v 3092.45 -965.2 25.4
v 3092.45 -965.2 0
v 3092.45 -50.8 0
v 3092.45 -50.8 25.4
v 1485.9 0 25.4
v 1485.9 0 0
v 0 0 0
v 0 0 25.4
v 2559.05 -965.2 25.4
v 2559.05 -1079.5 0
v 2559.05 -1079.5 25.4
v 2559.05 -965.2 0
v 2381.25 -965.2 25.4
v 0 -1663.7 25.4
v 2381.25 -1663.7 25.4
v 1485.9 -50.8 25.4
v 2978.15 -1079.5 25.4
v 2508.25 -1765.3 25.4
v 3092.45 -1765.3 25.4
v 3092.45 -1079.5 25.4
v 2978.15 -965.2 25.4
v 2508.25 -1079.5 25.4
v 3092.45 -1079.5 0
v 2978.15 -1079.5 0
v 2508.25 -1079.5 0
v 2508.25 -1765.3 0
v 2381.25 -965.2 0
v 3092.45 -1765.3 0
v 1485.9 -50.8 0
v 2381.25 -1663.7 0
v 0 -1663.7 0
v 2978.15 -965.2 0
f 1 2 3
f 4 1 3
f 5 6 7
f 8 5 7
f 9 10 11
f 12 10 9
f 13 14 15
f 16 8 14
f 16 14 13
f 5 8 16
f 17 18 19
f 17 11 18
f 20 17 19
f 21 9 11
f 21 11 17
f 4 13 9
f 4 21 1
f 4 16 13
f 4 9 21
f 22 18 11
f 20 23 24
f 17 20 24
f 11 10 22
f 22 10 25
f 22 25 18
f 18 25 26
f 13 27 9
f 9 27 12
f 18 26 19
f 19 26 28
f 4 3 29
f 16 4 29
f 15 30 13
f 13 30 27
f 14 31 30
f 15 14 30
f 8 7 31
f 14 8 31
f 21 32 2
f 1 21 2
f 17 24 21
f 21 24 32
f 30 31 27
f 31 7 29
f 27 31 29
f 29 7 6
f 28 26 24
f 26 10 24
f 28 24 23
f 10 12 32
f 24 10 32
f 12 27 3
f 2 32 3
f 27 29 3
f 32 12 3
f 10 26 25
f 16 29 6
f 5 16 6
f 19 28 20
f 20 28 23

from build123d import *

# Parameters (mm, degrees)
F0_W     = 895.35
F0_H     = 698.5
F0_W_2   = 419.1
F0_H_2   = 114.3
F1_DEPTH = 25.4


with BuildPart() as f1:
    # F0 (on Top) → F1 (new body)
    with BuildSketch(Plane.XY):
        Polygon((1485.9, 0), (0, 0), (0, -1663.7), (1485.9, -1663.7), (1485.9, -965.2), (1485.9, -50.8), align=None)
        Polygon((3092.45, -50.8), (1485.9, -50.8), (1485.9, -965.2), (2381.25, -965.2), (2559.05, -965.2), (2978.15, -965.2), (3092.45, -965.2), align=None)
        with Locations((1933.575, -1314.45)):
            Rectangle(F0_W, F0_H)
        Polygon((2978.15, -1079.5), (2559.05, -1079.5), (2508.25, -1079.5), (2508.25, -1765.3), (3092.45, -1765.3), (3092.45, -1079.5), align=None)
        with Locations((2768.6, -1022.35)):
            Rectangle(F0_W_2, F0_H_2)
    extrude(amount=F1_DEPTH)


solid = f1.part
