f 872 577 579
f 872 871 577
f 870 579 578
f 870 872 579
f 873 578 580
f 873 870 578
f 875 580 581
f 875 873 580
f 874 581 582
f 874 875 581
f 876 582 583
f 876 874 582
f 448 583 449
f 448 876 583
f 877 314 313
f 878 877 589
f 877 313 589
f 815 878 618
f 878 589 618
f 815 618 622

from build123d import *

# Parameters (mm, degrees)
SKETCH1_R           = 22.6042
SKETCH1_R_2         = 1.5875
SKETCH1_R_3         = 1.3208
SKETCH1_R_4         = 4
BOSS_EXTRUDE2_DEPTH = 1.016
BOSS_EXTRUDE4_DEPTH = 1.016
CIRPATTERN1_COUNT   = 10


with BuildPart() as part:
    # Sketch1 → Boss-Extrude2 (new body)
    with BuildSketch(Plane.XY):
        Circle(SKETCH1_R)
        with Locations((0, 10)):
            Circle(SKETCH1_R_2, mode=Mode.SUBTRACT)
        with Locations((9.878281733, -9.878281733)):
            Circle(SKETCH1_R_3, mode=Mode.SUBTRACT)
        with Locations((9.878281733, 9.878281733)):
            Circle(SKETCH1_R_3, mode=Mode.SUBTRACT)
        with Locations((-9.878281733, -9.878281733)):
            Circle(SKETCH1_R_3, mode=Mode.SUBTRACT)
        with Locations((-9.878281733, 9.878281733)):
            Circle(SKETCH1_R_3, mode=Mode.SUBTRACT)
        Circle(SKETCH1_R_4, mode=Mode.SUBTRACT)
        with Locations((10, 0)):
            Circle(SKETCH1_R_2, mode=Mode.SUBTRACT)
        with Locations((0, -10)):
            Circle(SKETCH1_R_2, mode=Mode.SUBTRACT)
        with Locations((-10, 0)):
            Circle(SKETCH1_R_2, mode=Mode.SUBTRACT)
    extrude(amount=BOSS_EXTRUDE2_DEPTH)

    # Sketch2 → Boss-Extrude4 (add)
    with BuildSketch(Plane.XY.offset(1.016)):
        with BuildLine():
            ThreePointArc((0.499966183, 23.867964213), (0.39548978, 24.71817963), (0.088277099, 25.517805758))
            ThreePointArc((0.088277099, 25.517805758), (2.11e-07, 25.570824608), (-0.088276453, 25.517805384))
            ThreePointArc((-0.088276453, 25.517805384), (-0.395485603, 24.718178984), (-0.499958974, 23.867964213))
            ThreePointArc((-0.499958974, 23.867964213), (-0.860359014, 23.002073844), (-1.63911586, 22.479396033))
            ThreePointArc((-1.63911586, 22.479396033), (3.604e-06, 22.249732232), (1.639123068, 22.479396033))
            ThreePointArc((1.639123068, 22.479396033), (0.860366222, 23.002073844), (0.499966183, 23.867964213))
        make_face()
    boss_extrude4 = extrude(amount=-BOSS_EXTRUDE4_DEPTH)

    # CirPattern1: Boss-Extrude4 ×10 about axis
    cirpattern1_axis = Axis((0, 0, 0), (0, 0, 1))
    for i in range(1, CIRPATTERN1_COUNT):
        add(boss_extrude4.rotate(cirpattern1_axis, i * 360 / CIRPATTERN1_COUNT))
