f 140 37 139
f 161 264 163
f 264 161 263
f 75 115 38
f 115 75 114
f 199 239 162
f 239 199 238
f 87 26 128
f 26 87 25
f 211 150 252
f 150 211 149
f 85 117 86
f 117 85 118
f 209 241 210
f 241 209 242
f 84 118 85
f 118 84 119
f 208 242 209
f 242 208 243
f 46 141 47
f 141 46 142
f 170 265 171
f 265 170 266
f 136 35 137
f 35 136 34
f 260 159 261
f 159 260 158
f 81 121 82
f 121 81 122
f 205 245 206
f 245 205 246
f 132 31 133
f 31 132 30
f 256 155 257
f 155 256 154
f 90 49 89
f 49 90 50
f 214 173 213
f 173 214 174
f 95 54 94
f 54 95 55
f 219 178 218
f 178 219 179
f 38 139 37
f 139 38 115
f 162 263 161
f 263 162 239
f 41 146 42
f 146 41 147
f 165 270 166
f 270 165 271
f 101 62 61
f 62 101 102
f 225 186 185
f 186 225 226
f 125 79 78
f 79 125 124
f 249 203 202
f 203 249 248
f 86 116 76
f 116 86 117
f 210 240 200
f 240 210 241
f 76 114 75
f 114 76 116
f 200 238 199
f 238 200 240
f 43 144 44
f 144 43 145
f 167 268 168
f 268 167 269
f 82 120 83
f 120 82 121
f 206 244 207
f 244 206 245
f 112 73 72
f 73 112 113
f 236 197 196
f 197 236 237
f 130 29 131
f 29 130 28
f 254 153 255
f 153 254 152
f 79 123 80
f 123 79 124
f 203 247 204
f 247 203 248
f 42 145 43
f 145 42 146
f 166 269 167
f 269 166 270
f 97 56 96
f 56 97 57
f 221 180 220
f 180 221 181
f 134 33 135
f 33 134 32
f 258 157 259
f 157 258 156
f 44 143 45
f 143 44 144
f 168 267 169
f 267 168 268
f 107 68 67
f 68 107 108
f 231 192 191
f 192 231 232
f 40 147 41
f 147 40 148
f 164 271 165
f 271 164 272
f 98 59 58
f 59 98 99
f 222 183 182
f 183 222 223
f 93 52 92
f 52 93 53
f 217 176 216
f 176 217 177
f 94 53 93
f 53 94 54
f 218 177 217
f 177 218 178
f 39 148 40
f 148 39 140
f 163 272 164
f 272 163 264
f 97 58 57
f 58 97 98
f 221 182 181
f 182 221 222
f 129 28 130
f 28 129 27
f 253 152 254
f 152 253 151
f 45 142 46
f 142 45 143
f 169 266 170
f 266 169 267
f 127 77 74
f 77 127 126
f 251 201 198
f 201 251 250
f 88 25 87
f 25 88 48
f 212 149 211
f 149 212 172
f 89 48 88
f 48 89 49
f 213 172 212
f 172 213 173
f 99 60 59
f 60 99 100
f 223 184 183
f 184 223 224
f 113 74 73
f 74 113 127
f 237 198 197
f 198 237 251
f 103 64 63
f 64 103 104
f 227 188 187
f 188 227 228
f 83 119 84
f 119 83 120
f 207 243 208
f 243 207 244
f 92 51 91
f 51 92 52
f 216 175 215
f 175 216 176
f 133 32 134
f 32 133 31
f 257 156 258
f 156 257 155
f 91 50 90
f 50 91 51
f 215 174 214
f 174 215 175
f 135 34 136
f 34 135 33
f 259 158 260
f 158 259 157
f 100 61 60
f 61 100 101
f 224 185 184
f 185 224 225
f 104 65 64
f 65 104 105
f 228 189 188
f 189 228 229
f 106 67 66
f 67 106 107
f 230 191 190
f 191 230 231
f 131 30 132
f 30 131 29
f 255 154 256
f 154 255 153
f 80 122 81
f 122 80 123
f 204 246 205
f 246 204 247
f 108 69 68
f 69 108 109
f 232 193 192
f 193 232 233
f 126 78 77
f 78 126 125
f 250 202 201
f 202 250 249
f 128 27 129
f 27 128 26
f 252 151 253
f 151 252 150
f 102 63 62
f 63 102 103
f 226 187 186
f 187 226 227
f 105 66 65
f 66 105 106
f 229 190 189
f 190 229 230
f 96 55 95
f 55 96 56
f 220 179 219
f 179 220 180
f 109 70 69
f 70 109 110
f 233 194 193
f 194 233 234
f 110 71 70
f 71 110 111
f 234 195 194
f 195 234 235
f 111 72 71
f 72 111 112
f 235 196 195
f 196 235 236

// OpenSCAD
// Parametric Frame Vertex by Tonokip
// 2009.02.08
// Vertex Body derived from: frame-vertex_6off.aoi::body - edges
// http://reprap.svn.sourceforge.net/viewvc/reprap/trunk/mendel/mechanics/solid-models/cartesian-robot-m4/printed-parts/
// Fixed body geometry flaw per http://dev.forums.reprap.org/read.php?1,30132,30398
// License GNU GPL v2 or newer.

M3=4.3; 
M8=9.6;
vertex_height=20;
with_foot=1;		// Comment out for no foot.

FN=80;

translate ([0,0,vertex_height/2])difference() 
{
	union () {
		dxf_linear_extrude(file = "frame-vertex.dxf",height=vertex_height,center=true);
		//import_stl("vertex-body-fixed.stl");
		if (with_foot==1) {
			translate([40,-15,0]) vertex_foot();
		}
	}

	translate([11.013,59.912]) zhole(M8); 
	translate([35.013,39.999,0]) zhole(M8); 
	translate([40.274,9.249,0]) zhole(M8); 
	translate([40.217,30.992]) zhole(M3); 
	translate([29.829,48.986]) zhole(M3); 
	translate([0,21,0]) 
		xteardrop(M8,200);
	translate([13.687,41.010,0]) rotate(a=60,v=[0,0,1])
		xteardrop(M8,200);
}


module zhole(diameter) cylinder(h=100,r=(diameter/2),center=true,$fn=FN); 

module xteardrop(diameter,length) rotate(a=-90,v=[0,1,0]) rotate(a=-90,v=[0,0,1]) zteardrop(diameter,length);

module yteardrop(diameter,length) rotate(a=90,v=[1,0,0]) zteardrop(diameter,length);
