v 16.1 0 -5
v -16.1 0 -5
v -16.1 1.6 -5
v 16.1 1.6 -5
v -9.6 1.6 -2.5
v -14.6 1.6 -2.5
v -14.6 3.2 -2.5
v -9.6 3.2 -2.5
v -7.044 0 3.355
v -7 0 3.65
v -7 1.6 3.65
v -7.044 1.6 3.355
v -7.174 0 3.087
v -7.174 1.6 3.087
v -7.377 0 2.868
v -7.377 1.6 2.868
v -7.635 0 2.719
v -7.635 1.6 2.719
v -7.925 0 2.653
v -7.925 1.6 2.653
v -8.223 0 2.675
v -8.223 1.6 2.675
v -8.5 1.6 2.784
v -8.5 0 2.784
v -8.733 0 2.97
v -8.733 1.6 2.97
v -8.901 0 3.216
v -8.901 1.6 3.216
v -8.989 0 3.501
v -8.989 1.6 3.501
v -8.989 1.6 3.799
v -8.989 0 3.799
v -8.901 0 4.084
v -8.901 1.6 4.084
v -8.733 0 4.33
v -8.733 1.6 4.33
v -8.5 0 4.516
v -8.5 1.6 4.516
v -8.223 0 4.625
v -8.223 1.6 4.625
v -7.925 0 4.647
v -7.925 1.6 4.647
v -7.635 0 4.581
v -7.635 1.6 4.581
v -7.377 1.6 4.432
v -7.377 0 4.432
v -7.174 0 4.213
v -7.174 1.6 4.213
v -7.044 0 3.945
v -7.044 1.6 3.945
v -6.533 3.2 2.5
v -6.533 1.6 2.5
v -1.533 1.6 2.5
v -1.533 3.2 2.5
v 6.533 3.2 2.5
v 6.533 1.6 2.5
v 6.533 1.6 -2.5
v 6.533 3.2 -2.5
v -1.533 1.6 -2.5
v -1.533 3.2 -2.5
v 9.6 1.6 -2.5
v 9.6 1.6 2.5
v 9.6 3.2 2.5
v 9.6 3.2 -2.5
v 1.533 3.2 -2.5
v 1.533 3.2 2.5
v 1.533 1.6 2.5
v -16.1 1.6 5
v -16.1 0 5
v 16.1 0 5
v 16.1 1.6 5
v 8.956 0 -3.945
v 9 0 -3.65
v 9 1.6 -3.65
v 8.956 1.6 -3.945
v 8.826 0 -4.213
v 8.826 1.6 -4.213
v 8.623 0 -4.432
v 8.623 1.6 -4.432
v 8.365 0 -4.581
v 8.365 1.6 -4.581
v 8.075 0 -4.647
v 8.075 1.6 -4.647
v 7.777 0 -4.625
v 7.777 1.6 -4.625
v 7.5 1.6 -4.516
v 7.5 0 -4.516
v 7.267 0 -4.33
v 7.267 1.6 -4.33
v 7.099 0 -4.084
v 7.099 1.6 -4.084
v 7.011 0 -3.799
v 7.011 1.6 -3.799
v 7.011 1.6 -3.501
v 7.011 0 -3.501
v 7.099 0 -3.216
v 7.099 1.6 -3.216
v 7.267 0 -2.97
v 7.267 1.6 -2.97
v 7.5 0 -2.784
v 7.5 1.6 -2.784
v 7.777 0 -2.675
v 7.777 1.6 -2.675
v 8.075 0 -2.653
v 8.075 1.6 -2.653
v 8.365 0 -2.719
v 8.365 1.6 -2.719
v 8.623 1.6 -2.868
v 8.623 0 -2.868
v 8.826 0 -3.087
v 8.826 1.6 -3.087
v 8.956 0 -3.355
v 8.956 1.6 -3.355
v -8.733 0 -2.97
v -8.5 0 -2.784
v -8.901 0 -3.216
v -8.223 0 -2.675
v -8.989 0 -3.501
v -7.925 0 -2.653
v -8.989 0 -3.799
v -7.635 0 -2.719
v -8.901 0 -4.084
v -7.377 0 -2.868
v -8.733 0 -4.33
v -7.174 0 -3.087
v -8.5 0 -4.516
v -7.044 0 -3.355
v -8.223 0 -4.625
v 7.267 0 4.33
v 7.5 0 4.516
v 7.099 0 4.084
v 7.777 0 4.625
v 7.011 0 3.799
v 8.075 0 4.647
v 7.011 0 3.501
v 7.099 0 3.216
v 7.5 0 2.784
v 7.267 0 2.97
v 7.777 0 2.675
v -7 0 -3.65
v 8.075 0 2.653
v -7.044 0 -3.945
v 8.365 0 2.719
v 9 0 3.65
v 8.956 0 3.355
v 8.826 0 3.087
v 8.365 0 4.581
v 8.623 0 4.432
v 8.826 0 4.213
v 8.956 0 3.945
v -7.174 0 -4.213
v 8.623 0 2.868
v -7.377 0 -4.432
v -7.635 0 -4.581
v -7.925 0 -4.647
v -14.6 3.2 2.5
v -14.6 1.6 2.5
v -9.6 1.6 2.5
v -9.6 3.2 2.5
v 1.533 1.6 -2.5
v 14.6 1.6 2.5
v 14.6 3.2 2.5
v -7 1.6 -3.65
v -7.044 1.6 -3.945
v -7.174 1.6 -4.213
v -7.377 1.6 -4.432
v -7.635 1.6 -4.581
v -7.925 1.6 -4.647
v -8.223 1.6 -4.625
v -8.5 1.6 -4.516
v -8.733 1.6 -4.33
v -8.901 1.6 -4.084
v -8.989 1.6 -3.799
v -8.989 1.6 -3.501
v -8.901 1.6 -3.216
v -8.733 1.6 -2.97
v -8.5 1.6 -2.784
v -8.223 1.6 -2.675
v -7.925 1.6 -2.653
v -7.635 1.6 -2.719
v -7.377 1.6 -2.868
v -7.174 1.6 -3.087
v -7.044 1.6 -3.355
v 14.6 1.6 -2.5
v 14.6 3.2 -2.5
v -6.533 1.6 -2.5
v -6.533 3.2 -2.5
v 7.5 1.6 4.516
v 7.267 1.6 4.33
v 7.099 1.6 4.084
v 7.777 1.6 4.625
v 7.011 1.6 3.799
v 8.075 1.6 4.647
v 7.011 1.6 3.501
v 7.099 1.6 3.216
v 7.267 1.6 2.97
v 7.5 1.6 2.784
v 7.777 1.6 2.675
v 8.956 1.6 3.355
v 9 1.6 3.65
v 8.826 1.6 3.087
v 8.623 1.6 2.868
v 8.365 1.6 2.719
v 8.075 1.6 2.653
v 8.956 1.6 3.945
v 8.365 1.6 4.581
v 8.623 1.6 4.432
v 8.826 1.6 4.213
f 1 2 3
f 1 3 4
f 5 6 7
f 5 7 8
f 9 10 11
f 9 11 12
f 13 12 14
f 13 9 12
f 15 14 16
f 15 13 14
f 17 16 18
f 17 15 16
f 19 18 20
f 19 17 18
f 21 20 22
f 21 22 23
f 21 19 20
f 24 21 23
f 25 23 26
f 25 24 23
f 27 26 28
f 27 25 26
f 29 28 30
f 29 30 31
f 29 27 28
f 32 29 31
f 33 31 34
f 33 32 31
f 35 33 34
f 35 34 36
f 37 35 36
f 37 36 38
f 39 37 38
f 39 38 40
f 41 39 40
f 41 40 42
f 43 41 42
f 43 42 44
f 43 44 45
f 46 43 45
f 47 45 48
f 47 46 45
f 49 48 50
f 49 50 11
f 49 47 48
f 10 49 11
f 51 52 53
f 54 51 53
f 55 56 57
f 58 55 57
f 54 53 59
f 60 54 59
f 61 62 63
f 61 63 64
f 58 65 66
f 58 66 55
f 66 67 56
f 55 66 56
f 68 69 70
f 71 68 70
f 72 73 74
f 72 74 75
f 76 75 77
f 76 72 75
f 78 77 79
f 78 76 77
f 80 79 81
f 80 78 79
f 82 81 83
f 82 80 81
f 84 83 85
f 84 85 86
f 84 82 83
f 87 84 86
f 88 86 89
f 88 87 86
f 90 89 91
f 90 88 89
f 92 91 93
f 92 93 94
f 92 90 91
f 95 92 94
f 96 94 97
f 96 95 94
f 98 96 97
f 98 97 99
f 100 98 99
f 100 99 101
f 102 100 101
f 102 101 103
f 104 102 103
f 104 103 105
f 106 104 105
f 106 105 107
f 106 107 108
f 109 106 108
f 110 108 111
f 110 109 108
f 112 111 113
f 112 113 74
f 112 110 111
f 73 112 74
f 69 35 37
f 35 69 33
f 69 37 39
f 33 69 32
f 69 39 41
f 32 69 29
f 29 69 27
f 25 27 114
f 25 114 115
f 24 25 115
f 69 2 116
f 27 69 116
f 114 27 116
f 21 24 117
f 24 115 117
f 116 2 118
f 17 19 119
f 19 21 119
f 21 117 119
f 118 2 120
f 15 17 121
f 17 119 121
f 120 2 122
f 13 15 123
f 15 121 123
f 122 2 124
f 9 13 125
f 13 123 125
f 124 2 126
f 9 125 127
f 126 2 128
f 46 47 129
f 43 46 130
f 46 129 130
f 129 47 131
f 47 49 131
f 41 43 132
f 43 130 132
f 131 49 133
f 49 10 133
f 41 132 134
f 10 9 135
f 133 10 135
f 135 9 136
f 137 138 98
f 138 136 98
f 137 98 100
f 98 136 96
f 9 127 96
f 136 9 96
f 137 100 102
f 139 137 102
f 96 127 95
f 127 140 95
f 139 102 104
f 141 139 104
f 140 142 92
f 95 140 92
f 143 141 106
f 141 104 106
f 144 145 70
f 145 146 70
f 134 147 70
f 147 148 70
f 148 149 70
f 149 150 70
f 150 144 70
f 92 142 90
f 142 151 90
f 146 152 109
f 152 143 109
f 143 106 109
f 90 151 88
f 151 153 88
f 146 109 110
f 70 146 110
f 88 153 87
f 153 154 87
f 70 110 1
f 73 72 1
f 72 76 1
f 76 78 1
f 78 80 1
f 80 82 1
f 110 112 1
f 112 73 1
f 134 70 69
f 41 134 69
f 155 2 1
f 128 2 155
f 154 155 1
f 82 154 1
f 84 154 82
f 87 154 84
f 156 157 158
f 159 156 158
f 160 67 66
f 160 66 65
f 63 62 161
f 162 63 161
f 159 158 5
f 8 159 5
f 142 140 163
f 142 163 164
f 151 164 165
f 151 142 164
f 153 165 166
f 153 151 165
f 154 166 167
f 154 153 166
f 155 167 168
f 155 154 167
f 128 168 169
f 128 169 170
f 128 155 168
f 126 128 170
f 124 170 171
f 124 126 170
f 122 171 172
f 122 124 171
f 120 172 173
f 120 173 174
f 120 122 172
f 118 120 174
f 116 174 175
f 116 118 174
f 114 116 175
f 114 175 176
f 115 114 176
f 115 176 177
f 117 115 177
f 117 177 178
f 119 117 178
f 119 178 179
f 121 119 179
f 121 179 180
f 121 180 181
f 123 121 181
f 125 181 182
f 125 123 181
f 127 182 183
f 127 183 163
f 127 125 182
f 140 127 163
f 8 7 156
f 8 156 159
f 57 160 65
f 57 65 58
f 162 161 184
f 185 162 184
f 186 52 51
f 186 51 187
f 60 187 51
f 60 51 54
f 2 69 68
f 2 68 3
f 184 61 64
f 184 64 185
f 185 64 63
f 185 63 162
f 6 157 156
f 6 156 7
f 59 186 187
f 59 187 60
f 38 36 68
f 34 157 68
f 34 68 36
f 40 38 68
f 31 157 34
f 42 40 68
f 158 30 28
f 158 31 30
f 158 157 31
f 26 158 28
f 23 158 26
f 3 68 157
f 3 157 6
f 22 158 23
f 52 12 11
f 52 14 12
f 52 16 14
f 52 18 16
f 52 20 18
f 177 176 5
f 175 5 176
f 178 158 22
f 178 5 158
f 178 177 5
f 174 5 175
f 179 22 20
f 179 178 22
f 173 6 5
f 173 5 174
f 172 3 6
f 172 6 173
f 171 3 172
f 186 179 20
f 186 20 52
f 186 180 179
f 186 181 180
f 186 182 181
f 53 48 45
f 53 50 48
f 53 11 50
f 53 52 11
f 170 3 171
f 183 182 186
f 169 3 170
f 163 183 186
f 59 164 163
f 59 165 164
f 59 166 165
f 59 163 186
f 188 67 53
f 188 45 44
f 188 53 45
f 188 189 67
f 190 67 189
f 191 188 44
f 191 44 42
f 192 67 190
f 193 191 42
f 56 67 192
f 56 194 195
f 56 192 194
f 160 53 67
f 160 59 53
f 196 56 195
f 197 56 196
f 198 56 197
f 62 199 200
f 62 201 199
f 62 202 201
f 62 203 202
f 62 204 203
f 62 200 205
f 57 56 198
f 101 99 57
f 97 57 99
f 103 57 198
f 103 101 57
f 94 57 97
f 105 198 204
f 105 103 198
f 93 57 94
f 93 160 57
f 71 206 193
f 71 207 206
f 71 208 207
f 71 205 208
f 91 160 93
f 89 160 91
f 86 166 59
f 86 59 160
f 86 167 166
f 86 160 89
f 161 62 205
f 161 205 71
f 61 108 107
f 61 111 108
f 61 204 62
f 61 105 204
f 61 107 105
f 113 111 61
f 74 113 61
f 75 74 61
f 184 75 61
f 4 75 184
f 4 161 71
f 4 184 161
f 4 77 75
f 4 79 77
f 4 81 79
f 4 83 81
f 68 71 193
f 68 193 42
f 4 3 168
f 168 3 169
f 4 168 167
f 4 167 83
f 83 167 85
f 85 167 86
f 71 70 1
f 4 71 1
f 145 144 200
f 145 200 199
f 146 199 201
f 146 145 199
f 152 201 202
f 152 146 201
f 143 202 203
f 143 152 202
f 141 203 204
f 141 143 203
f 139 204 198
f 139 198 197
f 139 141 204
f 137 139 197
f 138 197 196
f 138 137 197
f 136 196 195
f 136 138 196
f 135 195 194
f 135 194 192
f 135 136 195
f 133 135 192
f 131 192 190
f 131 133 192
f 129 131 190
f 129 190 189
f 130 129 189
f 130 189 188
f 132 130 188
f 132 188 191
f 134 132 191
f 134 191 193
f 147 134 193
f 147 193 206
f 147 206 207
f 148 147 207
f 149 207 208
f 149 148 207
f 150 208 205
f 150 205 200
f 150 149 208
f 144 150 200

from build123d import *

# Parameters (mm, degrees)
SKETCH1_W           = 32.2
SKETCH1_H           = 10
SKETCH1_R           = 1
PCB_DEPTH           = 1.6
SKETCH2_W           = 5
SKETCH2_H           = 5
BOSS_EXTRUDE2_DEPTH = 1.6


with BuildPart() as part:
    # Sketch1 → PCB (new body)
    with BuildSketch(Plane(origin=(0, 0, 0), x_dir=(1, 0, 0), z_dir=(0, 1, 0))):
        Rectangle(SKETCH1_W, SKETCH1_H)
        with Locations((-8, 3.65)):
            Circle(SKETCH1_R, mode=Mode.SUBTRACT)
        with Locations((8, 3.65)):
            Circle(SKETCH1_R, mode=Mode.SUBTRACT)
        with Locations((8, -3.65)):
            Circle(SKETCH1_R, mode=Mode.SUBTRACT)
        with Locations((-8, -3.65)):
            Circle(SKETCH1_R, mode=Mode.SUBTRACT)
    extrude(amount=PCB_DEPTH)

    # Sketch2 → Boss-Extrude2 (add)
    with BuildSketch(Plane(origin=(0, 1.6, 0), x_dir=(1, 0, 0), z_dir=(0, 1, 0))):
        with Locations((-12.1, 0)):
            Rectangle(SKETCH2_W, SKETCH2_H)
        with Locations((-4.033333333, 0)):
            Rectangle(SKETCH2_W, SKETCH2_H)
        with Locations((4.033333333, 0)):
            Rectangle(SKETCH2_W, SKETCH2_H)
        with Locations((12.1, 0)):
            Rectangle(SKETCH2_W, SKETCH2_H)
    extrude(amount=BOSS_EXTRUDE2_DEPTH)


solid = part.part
= = =
Task:
Scan the lines above for "f 59 186 187" and for "f 85 167 86". Repeat exactly the line holding each of them and every line in between.

Result for this task:
f 59 186 187
f 59 187 60
f 38 36 68
f 34 157 68
f 34 68 36
f 40 38 68
f 31 157 34
f 42 40 68
f 158 30 28
f 158 31 30
f 158 157 31
f 26 158 28
f 23 158 26
f 3 68 157
f 3 157 6
f 22 158 23
f 52 12 11
f 52 14 12
f 52 16 14
f 52 18 16
f 52 20 18
f 177 176 5
f 175 5 176
f 178 158 22
f 178 5 158
f 178 177 5
f 174 5 175
f 179 22 20
f 179 178 22
f 173 6 5
f 173 5 174
f 172 3 6
f 172 6 173
f 171 3 172
f 186 179 20
f 186 20 52
f 186 180 179
f 186 181 180
f 186 182 181
f 53 48 45
f 53 50 48
f 53 11 50
f 53 52 11
f 170 3 171
f 183 182 186
f 169 3 170
f 163 183 186
f 59 164 163
f 59 165 164
f 59 166 165
f 59 163 186
f 188 67 53
f 188 45 44
f 188 53 45
f 188 189 67
f 190 67 189
f 191 188 44
f 191 44 42
f 192 67 190
f 193 191 42
f 56 67 192
f 56 194 195
f 56 192 194
f 160 53 67
f 160 59 53
f 196 56 195
f 197 56 196
f 198 56 197
f 62 199 200
f 62 201 199
f 62 202 201
f 62 203 202
f 62 204 203
f 62 200 205
f 57 56 198
f 101 99 57
f 97 57 99
f 103 57 198
f 103 101 57
f 94 57 97
f 105 198 204
f 105 103 198
f 93 57 94
f 93 160 57
f 71 206 193
f 71 207 206
f 71 208 207
f 71 205 208
f 91 160 93
f 89 160 91
f 86 166 59
f 86 59 160
f 86 167 166
f 86 160 89
f 161 62 205
f 161 205 71
f 61 108 107
f 61 111 108
f 61 204 62
f 61 105 204
f 61 107 105
f 113 111 61
f 74 113 61
f 75 74 61
f 184 75 61
f 4 75 184
f 4 161 71
f 4 184 161
f 4 77 75
f 4 79 77
f 4 81 79
f 4 83 81
f 68 71 193
f 68 193 42
f 4 3 168
f 168 3 169
f 4 168 167
f 4 167 83
f 83 167 85
f 85 167 86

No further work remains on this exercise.